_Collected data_
════════════════
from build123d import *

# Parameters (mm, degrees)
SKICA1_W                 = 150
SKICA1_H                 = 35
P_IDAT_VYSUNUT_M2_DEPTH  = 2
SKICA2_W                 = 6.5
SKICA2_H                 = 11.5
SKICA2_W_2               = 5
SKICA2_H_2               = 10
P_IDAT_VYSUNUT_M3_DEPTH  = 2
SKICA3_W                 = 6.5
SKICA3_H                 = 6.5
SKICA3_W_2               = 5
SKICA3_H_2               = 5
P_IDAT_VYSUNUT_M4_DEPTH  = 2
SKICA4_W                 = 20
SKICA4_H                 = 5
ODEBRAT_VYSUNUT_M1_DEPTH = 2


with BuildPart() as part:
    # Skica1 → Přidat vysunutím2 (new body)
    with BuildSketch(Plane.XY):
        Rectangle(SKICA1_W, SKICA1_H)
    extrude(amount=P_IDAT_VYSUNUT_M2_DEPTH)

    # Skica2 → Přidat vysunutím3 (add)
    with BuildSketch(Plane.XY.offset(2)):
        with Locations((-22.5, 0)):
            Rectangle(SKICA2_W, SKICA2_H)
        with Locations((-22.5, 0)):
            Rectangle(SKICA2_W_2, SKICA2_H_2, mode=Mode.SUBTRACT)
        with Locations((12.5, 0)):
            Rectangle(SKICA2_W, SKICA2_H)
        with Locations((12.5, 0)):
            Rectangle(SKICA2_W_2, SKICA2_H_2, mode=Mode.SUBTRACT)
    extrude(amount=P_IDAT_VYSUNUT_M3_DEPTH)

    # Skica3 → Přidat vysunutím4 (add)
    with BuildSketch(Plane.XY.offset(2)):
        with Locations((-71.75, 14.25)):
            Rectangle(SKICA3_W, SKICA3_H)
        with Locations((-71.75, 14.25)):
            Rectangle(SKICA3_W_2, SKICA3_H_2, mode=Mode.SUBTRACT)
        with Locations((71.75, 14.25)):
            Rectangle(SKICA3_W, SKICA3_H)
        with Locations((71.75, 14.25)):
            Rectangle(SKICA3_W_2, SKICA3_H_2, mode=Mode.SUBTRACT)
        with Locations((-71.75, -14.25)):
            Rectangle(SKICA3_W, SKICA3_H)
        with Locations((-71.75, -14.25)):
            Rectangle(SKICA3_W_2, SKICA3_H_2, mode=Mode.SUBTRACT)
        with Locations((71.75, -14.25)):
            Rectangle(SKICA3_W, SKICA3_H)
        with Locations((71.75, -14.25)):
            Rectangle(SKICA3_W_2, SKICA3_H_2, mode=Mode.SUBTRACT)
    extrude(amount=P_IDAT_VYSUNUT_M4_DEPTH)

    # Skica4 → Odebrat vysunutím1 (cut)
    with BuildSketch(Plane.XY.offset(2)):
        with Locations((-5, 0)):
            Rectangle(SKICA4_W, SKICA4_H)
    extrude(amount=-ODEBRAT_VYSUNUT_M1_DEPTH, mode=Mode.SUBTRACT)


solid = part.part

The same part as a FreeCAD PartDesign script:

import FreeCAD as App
import Part
import Sketcher
from FreeCAD import Vector


def add_polygon(sketch, points):
    """Adds a closed chain of lines whose ends are joined by coincident constraints."""
    first, n = sketch.GeometryCount, len(points)
    for a, b in zip(points, points[1:] + points[:1]):
        sketch.addGeometry(Part.LineSegment(App.Vector(*a, 0), App.Vector(*b, 0)), False)
    for i in range(n):
        sketch.addConstraint(Sketcher.Constraint("Coincident", first + i, 2, first + (i + 1) % n, 1))

doc = App.newDocument("Part")
body = doc.addObject("PartDesign::Body", "Body")

sketch1 = doc.addObject("Sketcher::SketchObject", "Sketch")
body.addObject(sketch1)
sketch1.AttachmentSupport = (doc.XY_Plane, [""])
sketch1.MapMode = "FlatFace"
add_polygon(sketch1, [(-75, 17.5), (-75, -17.5), (75, -17.5), (75, 17.5)])
sketch1.addConstraint(Sketcher.Constraint("Vertical", 0))
sketch1.addConstraint(Sketcher.Constraint("Horizontal", 1))
sketch1.addConstraint(Sketcher.Constraint("Vertical", 2))
sketch1.addConstraint(Sketcher.Constraint("Horizontal", 3))
sketch1.addConstraint(Sketcher.Constraint("Symmetric", 0, 2, 2, 2, -1, 1))
sketch1.addConstraint(Sketcher.Constraint("DistanceX", 1, 1, 1, 2, 150.0))
sketch1.addConstraint(Sketcher.Constraint("DistanceY", 0, 2, 0, 1, 35.0))
pad1 = doc.addObject("PartDesign::Pad", "Pad")
body.addObject(pad1)
pad1.Profile = sketch1
pad1.Length = 2

sketch2 = doc.addObject("Sketcher::SketchObject", "Sketch001")
body.addObject(sketch2)
sketch2.AttachmentSupport = (doc.XY_Plane, [""])
sketch2.MapMode = "FlatFace"
sketch2.AttachmentOffset = App.Placement(Vector(0, 0, 2), App.Rotation())
add_polygon(sketch2, [(-25.75, 5.75), (-25.75, -5.75), (-19.25, -5.75), (-19.25, 5.75)])
add_polygon(sketch2, [(-20, -5), (-25, -5), (-25, 5), (-20, 5)])
add_polygon(sketch2, [(9.25, 5.75), (9.25, -5.75), (15.75, -5.75), (15.75, 5.75)])
add_polygon(sketch2, [(15, -5), (10, -5), (10, 5), (15, 5)])
sketch2.addConstraint(Sketcher.Constraint("Vertical", 0))
sketch2.addConstraint(Sketcher.Constraint("Horizontal", 1))
sketch2.addConstraint(Sketcher.Constraint("Vertical", 2))
sketch2.addConstraint(Sketcher.Constraint("Horizontal", 3))
sketch2.addConstraint(Sketcher.Constraint("Horizontal", 4))
sketch2.addConstraint(Sketcher.Constraint("Vertical", 5))
sketch2.addConstraint(Sketcher.Constraint("Horizontal", 6))
sketch2.addConstraint(Sketcher.Constraint("Vertical", 7))
sketch2.addConstraint(Sketcher.Constraint("Vertical", 8))
sketch2.addConstraint(Sketcher.Constraint("Horizontal", 9))
sketch2.addConstraint(Sketcher.Constraint("Vertical", 10))
sketch2.addConstraint(Sketcher.Constraint("Horizontal", 11))
sketch2.addConstraint(Sketcher.Constraint("Horizontal", 12))
sketch2.addConstraint(Sketcher.Constraint("Vertical", 13))
sketch2.addConstraint(Sketcher.Constraint("Horizontal", 14))
sketch2.addConstraint(Sketcher.Constraint("Vertical", 15))
sketch2.addConstraint(Sketcher.Constraint("Horizontal", 1, 2, 8, 2))
sketch2.addConstraint(Sketcher.Constraint("Horizontal", 3, 2, 10, 2))
sketch2.addConstraint(Sketcher.Constraint("Horizontal", 7, 2, 12, 2))
sketch2.addConstraint(Sketcher.Constraint("Horizontal", 6, 2, 13, 2))
sketch2.addConstraint(Sketcher.Constraint("Equal", 3, 9))
sketch2.addConstraint(Sketcher.Constraint("Equal", 6, 12))
sketch2.addConstraint(Sketcher.Constraint("DistanceX", 4, 2, 4, 1, 5.0))
sketch2.addConstraint(Sketcher.Constraint("DistanceY", 5, 1, 5, 2, 10.0))
sketch2.addConstraint(Sketcher.Constraint("DistanceX", 1, 1, 1, 2, 6.5))
sketch2.addConstraint(Sketcher.Constraint("DistanceY", 0, 2, 0, 1, 11.5))
sketch2.addConstraint(Sketcher.Constraint("DistanceX", 4, 2, -1, 1, 25.0))
sketch2.addConstraint(Sketcher.Constraint("DistanceY", 4, 2, -1, 1, 5.0))
sketch2.addConstraint(Sketcher.Constraint("DistanceX", -1, 1, 12, 2, 10.0))
sketch2.addConstraint(Sketcher.Constraint("DistanceX", 1, 2, 9, 2, 35.0))
sketch2.addConstraint(Sketcher.Constraint("DistanceX", 0, 2, -1, 1, 25.75))
sketch2.addConstraint(Sketcher.Constraint("DistanceY", 0, 2, -1, 1, 5.75))
pad2 = doc.addObject("PartDesign::Pad", "Pad001")
body.addObject(pad2)
pad2.Profile = sketch2
pad2.Length = 2

sketch3 = doc.addObject("Sketcher::SketchObject", "Sketch002")
body.addObject(sketch3)
sketch3.AttachmentSupport = (doc.XY_Plane, [""])
sketch3.MapMode = "FlatFace"
sketch3.AttachmentOffset = App.Placement(Vector(0, 0, 2), App.Rotation())
add_polygon(sketch3, [(-75, 17.5), (-75, 11), (-68.5, 11), (-68.5, 17.5)])
add_polygon(sketch3, [(-69.25, 11.75), (-74.25, 11.75), (-74.25, 16.75), (-69.25, 16.75)])
add_polygon(sketch3, [(68.5, 17.5), (68.5, 11), (75, 11), (75, 17.5)])
add_polygon(sketch3, [(74.25, 11.75), (69.25, 11.75), (69.25, 16.75), (74.25, 16.75)])
add_polygon(sketch3, [(-75, -11), (-75, -17.5), (-68.5, -17.5), (-68.5, -11)])
add_polygon(sketch3, [(-69.25, -16.75), (-74.25, -16.75), (-74.25, -11.75), (-69.25, -11.75)])
add_polygon(sketch3, [(68.5, -11), (68.5, -17.5), (75, -17.5), (75, -11)])
add_polygon(sketch3, [(74.25, -16.75), (69.25, -16.75), (69.25, -11.75), (74.25, -11.75)])
sketch3.addConstraint(Sketcher.Constraint("Vertical", 0))
sketch3.addConstraint(Sketcher.Constraint("Horizontal", 1))
sketch3.addConstraint(Sketcher.Constraint("Vertical", 2))
sketch3.addConstraint(Sketcher.Constraint("Horizontal", 3))
sketch3.addConstraint(Sketcher.Constraint("Horizontal", 4))
sketch3.addConstraint(Sketcher.Constraint("Vertical", 5))
sketch3.addConstraint(Sketcher.Constraint("Horizontal", 6))
sketch3.addConstraint(Sketcher.Constraint("Vertical", 7))
sketch3.addConstraint(Sketcher.Constraint("Vertical", 8))
sketch3.addConstraint(Sketcher.Constraint("Horizontal", 9))
sketch3.addConstraint(Sketcher.Constraint("Vertical", 10))
sketch3.addConstraint(Sketcher.Constraint("Horizontal", 11))
sketch3.addConstraint(Sketcher.Constraint("Horizontal", 12))
sketch3.addConstraint(Sketcher.Constraint("Vertical", 13))
sketch3.addConstraint(Sketcher.Constraint("Horizontal", 14))
sketch3.addConstraint(Sketcher.Constraint("Vertical", 15))
sketch3.addConstraint(Sketcher.Constraint("Vertical", 16))
sketch3.addConstraint(Sketcher.Constraint("Horizontal", 17))
sketch3.addConstraint(Sketcher.Constraint("Vertical", 18))
sketch3.addConstraint(Sketcher.Constraint("Horizontal", 19))
sketch3.addConstraint(Sketcher.Constraint("Horizontal", 20))
sketch3.addConstraint(Sketcher.Constraint("Vertical", 21))
sketch3.addConstraint(Sketcher.Constraint("Horizontal", 22))
sketch3.addConstraint(Sketcher.Constraint("Vertical", 23))
sketch3.addConstraint(Sketcher.Constraint("Vertical", 24))
sketch3.addConstraint(Sketcher.Constraint("Horizontal", 25))
sketch3.addConstraint(Sketcher.Constraint("Vertical", 26))
sketch3.addConstraint(Sketcher.Constraint("Horizontal", 27))
sketch3.addConstraint(Sketcher.Constraint("Horizontal", 28))
sketch3.addConstraint(Sketcher.Constraint("Vertical", 29))
sketch3.addConstraint(Sketcher.Constraint("Horizontal", 30))
sketch3.addConstraint(Sketcher.Constraint("Vertical", 31))
sketch3.addConstraint(Sketcher.Constraint("Symmetric", 10, 2, 16, 2, -1, 1))
sketch3.addConstraint(Sketcher.Constraint("Symmetric", 8, 2, 18, 2, -1, 1))
sketch3.addConstraint(Sketcher.Constraint("Symmetric", 14, 2, 20, 2, -1, 1))
sketch3.addConstraint(Sketcher.Constraint("Symmetric", 12, 2, 22, 2, -1, 1))
sketch3.addConstraint(Sketcher.Constraint("Symmetric", 2, 2, 24, 2, -1, 1))
sketch3.addConstraint(Sketcher.Constraint("Symmetric", 0, 2, 26, 2, -1, 1))
sketch3.addConstraint(Sketcher.Constraint("Symmetric", 6, 2, 28, 2, -1, 1))
sketch3.addConstraint(Sketcher.Constraint("Symmetric", 4, 2, 30, 2, -1, 1))
sketch3.addConstraint(Sketcher.Constraint("Symmetric", 1, 2, 8, 2, -2))
sketch3.addConstraint(Sketcher.Constraint("Symmetric", 3, 2, 10, 2, -2))
sketch3.addConstraint(Sketcher.Constraint("Symmetric", 7, 2, 12, 2, -2))
sketch3.addConstraint(Sketcher.Constraint("Symmetric", 5, 2, 14, 2, -2))
sketch3.addConstraint(Sketcher.Constraint("Equal", 27, 0))
sketch3.addConstraint(Sketcher.Constraint("Equal", 30, 5))
sketch3.addConstraint(Sketcher.Constraint("DistanceX", 4, 2, 4, 1, 5.0))
sketch3.addConstraint(Sketcher.Constraint("DistanceX", 1, 1, 1, 2, 6.5))
sketch3.addConstraint(Sketcher.Constraint("DistanceX", 0, 2, -1, 1, 75.0))
sketch3.addConstraint(Sketcher.Constraint("DistanceY", -1, 1, 0, 2, 11.0))
sketch3.addConstraint(Sketcher.Constraint("DistanceX", 4, 2, -1, 1, 74.25))
sketch3.addConstraint(Sketcher.Constraint("DistanceY", -1, 1, 4, 2, 11.75))
pad3 = doc.addObject("PartDesign::Pad", "Pad002")
body.addObject(pad3)
pad3.Profile = sketch3
pad3.Length = 2

sketch4 = doc.addObject("Sketcher::SketchObject", "Sketch003")
body.addObject(sketch4)
sketch4.AttachmentSupport = (doc.XY_Plane, [""])
sketch4.MapMode = "FlatFace"
sketch4.AttachmentOffset = App.Placement(Vector(0, 0, 2), App.Rotation())
add_polygon(sketch4, [(-15, 2.5), (-15, -2.5), (5, -2.5), (5, 2.5)])
sketch4.addConstraint(Sketcher.Constraint("Vertical", 0))
sketch4.addConstraint(Sketcher.Constraint("Horizontal", 1))
sketch4.addConstraint(Sketcher.Constraint("Vertical", 2))
sketch4.addConstraint(Sketcher.Constraint("Horizontal", 3))
sketch4.addConstraint(Sketcher.Constraint("DistanceX", 1, 1, 1, 2, 20.0))
sketch4.addConstraint(Sketcher.Constraint("DistanceY", 0, 2, 0, 1, 5.0))
sketch4.addConstraint(Sketcher.Constraint("DistanceX", 0, 2, -1, 1, 15.0))
sketch4.addConstraint(Sketcher.Constraint("DistanceY", 0, 2, -1, 1, 2.5))
pocket1 = doc.addObject("PartDesign::Pocket", "Pocket")
body.addObject(pocket1)
pocket1.Profile = sketch4
pocket1.Length = 2

doc.recompute()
════════════════
_Task item_
Given the records above, restate word for word only the lines starting at the one with "Rectangle(SKICA4_W, SKICA4_H)" and ending at the one with "The same part".

_Solution to this problem_
            Rectangle(SKICA4_W, SKICA4_H)
    extrude(amount=-ODEBRAT_VYSUNUT_M1_DEPTH, mode=Mode.SUBTRACT)


solid = part.part

The same part as a FreeCAD PartDesign script:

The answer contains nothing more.